Menurut George Nicolas, anggota IKA FEB Universitas Trisakti terdiri ribuan orang dan tersebar diberbagai wilayah di Indonesia.
“Kami harapkan melalui acara ini, akan terditeksi sebaran para alumni. Baik itu networking berbasis geografis, maupun positioning mereka sekarang. Dengan informasi dan data inilah networking IKA FEB Universitas Trisakti akan semakin kuat,” ucapnya.
Dalam kesempatan yang sama Ketua Panitia Pelaksanaan 5G Ekonomi Rendezvous Vian HN mengungkapkan, dengan acara ini akan semakin meningkatkan bounding antar alumni dan almamater.

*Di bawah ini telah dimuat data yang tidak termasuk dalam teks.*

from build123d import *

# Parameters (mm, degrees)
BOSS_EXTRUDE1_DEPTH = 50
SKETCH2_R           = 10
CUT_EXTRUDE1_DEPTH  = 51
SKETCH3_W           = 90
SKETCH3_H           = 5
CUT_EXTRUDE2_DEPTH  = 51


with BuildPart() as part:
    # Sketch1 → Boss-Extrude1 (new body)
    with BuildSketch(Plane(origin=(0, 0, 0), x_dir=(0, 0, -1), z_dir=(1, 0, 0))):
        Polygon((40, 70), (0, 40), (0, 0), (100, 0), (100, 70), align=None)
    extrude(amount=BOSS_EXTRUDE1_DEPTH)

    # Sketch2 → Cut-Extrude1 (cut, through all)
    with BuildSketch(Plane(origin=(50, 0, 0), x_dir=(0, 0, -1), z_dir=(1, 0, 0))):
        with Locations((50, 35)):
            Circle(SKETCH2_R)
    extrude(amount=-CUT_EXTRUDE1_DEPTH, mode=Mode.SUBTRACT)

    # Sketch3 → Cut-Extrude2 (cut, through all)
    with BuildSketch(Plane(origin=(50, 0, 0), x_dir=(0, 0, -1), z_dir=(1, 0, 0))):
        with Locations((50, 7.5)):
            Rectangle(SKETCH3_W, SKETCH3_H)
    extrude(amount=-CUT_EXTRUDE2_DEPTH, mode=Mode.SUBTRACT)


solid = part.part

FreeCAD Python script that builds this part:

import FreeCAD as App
import Part
import Sketcher
from FreeCAD import Vector
Q = App.Units.Quantity


def add_polygon(sketch, points):
    """Adds a closed chain of lines whose ends are joined by coincident constraints."""
    first, n = sketch.GeometryCount, len(points)
    for a, b in zip(points, points[1:] + points[:1]):
        sketch.addGeometry(Part.LineSegment(App.Vector(*a, 0), App.Vector(*b, 0)), False)
    for i in range(n):
        sketch.addConstraint(Sketcher.Constraint("Coincident", first + i, 2, first + (i + 1) % n, 1))

doc = App.newDocument("Part")
body = doc.addObject("PartDesign::Body", "Body")

sketch1 = body.newObject("Sketcher::SketchObject", "Sketch")
sketch1.AttachmentSupport = (doc.getObject("YZ_Plane"), [""])
sketch1.MapMode = "FlatFace"
add_polygon(sketch1, [(70, -40), (40, 0), (0, 0), (0, -100), (70, -100)])
sketch1.addConstraint(Sketcher.Constraint("Horizontal", 1))
sketch1.addConstraint(Sketcher.Constraint("Vertical", 2))
sketch1.addConstraint(Sketcher.Constraint("Horizontal", 3))
sketch1.addConstraint(Sketcher.Constraint("Vertical", 4))
sketch1.addConstraint(Sketcher.Constraint("Coincident", 1, 2, -1, 1))
sketch1.addConstraint(Sketcher.Constraint("DistanceX", 1, 2, 1, 1, Q("40 mm")))
sketch1.addConstraint(Sketcher.Constraint("DistanceX", 3, 1, 3, 2, Q("70 mm")))
sketch1.addConstraint(Sketcher.Constraint("DistanceY", 2, 2, 2, 1, Q("100 mm")))
sketch1.addConstraint(Sketcher.Constraint("DistanceY", 4, 1, 4, 2, Q("60 mm")))
pad1 = body.newObject("PartDesign::Pad", "Pad")
pad1.Profile = sketch1
pad1.Length = 50

sketch2 = body.newObject("Sketcher::SketchObject", "Sketch001")
sketch2.AttachmentSupport = (doc.getObject("YZ_Plane"), [""])
sketch2.MapMode = "FlatFace"
sketch2.AttachmentOffset = App.Placement(Vector(0, 0, 50), App.Rotation())
sketch2.addGeometry(Part.Circle(Vector(35, -50, 0), Vector(0, 0, 1), 10), False)
sketch2.addConstraint(Sketcher.Constraint("Diameter", 0, Q("20 mm")))
sketch2.addConstraint(Sketcher.Constraint("DistanceX", -1, 1, 0, 3, Q("35 mm")))
sketch2.addConstraint(Sketcher.Constraint("DistanceY", 0, 3, -1, 1, Q("50 mm")))
pocket1 = body.newObject("PartDesign::Pocket", "Pocket")
pocket1.Profile = sketch2
pocket1.Type = "ThroughAll"

sketch3 = body.newObject("Sketcher::SketchObject", "Sketch002")
sketch3.AttachmentSupport = (doc.getObject("YZ_Plane"), [""])
sketch3.MapMode = "FlatFace"
sketch3.AttachmentOffset = App.Placement(Vector(0, 0, 50), App.Rotation())
add_polygon(sketch3, [(10, -5), (5, -5), (5, -95), (10, -95)])
sketch3.addConstraint(Sketcher.Constraint("Horizontal", 0))
sketch3.addConstraint(Sketcher.Constraint("Vertical", 1))
sketch3.addConstraint(Sketcher.Constraint("Horizontal", 2))
sketch3.addConstraint(Sketcher.Constraint("Vertical", 3))
sketch3.addConstraint(Sketcher.Constraint("DistanceX", 0, 2, 0, 1, Q("5 mm")))
sketch3.addConstraint(Sketcher.Constraint("DistanceY", 1, 2, 1, 1, Q("90 mm")))
sketch3.addConstraint(Sketcher.Constraint("DistanceX", -1, 1, 0, 2, Q("5 mm")))
sketch3.addConstraint(Sketcher.Constraint("DistanceY", 0, 2, -1, 1, Q("5 mm")))
pocket2 = body.newObject("PartDesign::Pocket", "Pocket001")
pocket2.Profile = sketch3
pocket2.Type = "ThroughAll"

doc.recompute()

“Setelah lulus kuliah, biasanya bounding antar alumni hanya terjalin melalui ritual reuni tahunan saja. Melalui acara ini kami harapkan bukan hanya bounding angkatan ataupun jurusan ansikh,namun juga keterikatan dengan almamater yang ingin kami wujudkan,” paparnya.
Acara 5G Ekonomi Randezvous ini dilaksanakan di Gedung Serbaguna Senayan ini sedikitnya dihadiri ratusan alumni FEB Universitas Trisakti yang tersebar diberbagai instansi pemerintahan, BUMN, BUMS, maupun di legislatif.
Termasuk salah satunya Direktur Jenderal Imigrasi Republik Indonesia, Kementerian Hukum dan Hak Asasi Manusia yang juga sebagai Ketua Umum Ikatan Alumni Trisakti Silmy Karim.
Senada dengan hal tersebut, Ketua IKA FEB Universitas Trisakti M.Arif Pahlevi Pangerang menyampaikan bahwa anggota IKA FEB Universitas Trisakti harus terus memupuk semangat kebersamaan, apalagi saat ini Indonesia akan memasuki tahun-tahun politik.
“Saya selalu mengingatkan, mari jaga soliditas kita, kita jaga kekeluargaan kita, kita jaga kebersamaan kita. Sebab inti dari sebuah Ikatan Alumni adalah semangat kekeluargaan dan kebersamaan. Bersama kita semakin kuat, tercerai berai kita tidak akan dilihat,” ucapnya.
Pahlevi menyadari bahwa potensi IKA FEB Universitas Trisakti sangatlah besar, oleh karenanya, ia mengingatkan meskipun berbeda kepentingan ataupun jalur politik yang diambil, namun ikatan kekeluargaan sebagai alumni FEB Universitas Trisakti terus dilakukan.
“Kita bisa beda bendera, beda tempat mengabdi, beda garis politik. Namun dengan keragaman ini yang akan memperkuat IKA FEB Universitas Trisakti. Oleh karenanya mari kita pupuk semangat kebersamaan dan kekeluargaan sesama alumni,” tutup Levi. (*)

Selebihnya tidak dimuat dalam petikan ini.